== Segment start ==
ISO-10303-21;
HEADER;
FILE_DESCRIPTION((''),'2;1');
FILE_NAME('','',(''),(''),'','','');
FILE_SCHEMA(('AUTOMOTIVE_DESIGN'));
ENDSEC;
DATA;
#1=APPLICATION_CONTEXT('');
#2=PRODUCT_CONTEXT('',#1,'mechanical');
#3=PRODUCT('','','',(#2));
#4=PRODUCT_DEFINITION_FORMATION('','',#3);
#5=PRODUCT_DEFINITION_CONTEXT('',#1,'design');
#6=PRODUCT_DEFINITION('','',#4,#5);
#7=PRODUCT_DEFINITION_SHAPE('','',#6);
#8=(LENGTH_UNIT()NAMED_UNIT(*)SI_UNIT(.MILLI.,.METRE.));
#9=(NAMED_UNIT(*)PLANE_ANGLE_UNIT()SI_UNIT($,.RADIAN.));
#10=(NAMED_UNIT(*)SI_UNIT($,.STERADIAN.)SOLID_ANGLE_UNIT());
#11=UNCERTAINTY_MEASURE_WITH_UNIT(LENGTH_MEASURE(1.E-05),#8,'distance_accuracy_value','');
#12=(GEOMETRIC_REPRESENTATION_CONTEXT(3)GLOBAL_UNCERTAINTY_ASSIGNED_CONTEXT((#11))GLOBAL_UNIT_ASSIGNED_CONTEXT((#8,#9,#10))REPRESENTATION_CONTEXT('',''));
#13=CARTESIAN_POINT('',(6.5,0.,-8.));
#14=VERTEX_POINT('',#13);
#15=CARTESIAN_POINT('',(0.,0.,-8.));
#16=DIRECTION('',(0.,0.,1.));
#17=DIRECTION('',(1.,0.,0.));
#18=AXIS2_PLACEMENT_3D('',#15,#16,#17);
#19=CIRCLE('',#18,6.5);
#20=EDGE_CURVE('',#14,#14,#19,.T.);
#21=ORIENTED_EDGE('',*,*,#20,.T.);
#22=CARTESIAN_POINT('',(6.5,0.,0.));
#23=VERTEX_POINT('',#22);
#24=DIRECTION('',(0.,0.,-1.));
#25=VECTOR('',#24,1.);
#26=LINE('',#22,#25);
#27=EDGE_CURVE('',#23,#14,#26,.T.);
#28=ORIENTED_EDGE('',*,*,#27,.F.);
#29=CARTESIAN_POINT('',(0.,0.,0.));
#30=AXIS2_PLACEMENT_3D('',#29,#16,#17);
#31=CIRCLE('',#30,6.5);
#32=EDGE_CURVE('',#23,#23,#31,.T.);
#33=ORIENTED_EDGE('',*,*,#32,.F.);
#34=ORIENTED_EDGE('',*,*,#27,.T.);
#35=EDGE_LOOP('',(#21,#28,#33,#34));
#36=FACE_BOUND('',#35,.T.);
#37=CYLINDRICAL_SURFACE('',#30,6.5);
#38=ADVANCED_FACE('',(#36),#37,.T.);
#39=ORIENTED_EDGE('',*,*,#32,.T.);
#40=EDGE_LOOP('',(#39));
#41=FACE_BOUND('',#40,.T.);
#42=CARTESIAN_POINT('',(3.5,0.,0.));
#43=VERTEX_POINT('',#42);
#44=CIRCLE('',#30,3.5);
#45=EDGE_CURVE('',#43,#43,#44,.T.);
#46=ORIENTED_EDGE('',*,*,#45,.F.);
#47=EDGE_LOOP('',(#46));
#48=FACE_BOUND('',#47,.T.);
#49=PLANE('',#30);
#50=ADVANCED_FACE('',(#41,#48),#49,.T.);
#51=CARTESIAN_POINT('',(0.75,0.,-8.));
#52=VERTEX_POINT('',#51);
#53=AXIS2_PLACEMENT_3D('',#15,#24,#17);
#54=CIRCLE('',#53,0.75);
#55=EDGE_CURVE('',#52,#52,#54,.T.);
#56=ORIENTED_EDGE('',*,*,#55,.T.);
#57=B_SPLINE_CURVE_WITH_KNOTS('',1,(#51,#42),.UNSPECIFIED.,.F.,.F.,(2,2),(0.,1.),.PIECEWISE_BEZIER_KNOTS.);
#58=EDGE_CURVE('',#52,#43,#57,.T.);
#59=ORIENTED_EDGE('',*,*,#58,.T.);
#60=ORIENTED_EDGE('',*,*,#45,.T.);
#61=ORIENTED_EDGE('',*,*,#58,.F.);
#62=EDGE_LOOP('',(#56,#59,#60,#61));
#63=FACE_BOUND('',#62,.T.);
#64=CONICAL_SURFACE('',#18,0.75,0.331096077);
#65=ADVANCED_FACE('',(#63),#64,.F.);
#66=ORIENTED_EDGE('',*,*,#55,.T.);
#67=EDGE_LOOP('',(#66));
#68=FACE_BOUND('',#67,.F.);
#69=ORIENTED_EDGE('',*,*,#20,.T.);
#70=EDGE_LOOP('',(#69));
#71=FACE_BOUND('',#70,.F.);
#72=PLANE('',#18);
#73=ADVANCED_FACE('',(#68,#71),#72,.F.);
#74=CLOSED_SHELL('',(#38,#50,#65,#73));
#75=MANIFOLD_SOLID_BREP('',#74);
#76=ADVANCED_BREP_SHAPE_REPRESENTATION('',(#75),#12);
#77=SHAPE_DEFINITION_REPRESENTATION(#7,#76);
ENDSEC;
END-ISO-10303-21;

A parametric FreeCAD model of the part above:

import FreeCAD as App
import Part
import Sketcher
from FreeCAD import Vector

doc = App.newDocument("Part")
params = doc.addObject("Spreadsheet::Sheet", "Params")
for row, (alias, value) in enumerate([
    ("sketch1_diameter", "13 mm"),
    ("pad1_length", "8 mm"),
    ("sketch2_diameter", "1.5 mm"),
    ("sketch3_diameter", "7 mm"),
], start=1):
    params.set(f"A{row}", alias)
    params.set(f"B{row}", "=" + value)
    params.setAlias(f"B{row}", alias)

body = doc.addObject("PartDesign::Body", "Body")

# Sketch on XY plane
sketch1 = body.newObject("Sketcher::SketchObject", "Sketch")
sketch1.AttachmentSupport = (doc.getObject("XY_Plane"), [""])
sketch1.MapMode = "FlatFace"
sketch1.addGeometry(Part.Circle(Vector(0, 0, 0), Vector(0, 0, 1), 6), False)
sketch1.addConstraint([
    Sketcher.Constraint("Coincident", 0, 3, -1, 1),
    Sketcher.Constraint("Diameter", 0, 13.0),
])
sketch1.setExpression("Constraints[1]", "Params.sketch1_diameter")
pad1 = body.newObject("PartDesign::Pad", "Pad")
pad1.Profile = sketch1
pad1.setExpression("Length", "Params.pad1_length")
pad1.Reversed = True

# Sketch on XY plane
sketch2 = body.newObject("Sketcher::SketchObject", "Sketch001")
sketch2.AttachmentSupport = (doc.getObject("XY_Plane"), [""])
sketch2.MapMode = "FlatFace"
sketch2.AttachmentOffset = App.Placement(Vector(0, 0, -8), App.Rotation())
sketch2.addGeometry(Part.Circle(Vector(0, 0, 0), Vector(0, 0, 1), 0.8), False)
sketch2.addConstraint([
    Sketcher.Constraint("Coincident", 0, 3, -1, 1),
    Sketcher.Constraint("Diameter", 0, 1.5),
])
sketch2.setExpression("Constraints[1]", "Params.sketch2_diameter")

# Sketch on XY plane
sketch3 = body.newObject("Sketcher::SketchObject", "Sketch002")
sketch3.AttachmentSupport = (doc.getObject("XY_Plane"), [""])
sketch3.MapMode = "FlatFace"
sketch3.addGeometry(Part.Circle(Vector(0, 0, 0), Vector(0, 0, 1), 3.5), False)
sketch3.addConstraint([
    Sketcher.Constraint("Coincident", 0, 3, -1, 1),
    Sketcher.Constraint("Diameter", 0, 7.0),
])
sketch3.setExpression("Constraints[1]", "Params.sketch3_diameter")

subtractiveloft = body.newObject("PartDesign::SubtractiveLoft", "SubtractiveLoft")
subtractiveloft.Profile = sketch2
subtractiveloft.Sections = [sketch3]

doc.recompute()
== Segment end ==
**Task prompt:** Whatever else the listing above holds, retype exactly only the lines from the one containing "#69=ORIENTED_EDGE('',*,*,#20,.T.);" to the one containing "END-ISO-10303-21;", both ends kept.

**Final answer:**
#69=ORIENTED_EDGE('',*,*,#20,.T.);
#70=EDGE_LOOP('',(#69));
#71=FACE_BOUND('',#70,.F.);
#72=PLANE('',#18);
#73=ADVANCED_FACE('',(#68,#71),#72,.F.);
#74=CLOSED_SHELL('',(#38,#50,#65,#73));
#75=MANIFOLD_SOLID_BREP('',#74);
#76=ADVANCED_BREP_SHAPE_REPRESENTATION('',(#75),#12);
#77=SHAPE_DEFINITION_REPRESENTATION(#7,#76);
ENDSEC;
END-ISO-10303-21;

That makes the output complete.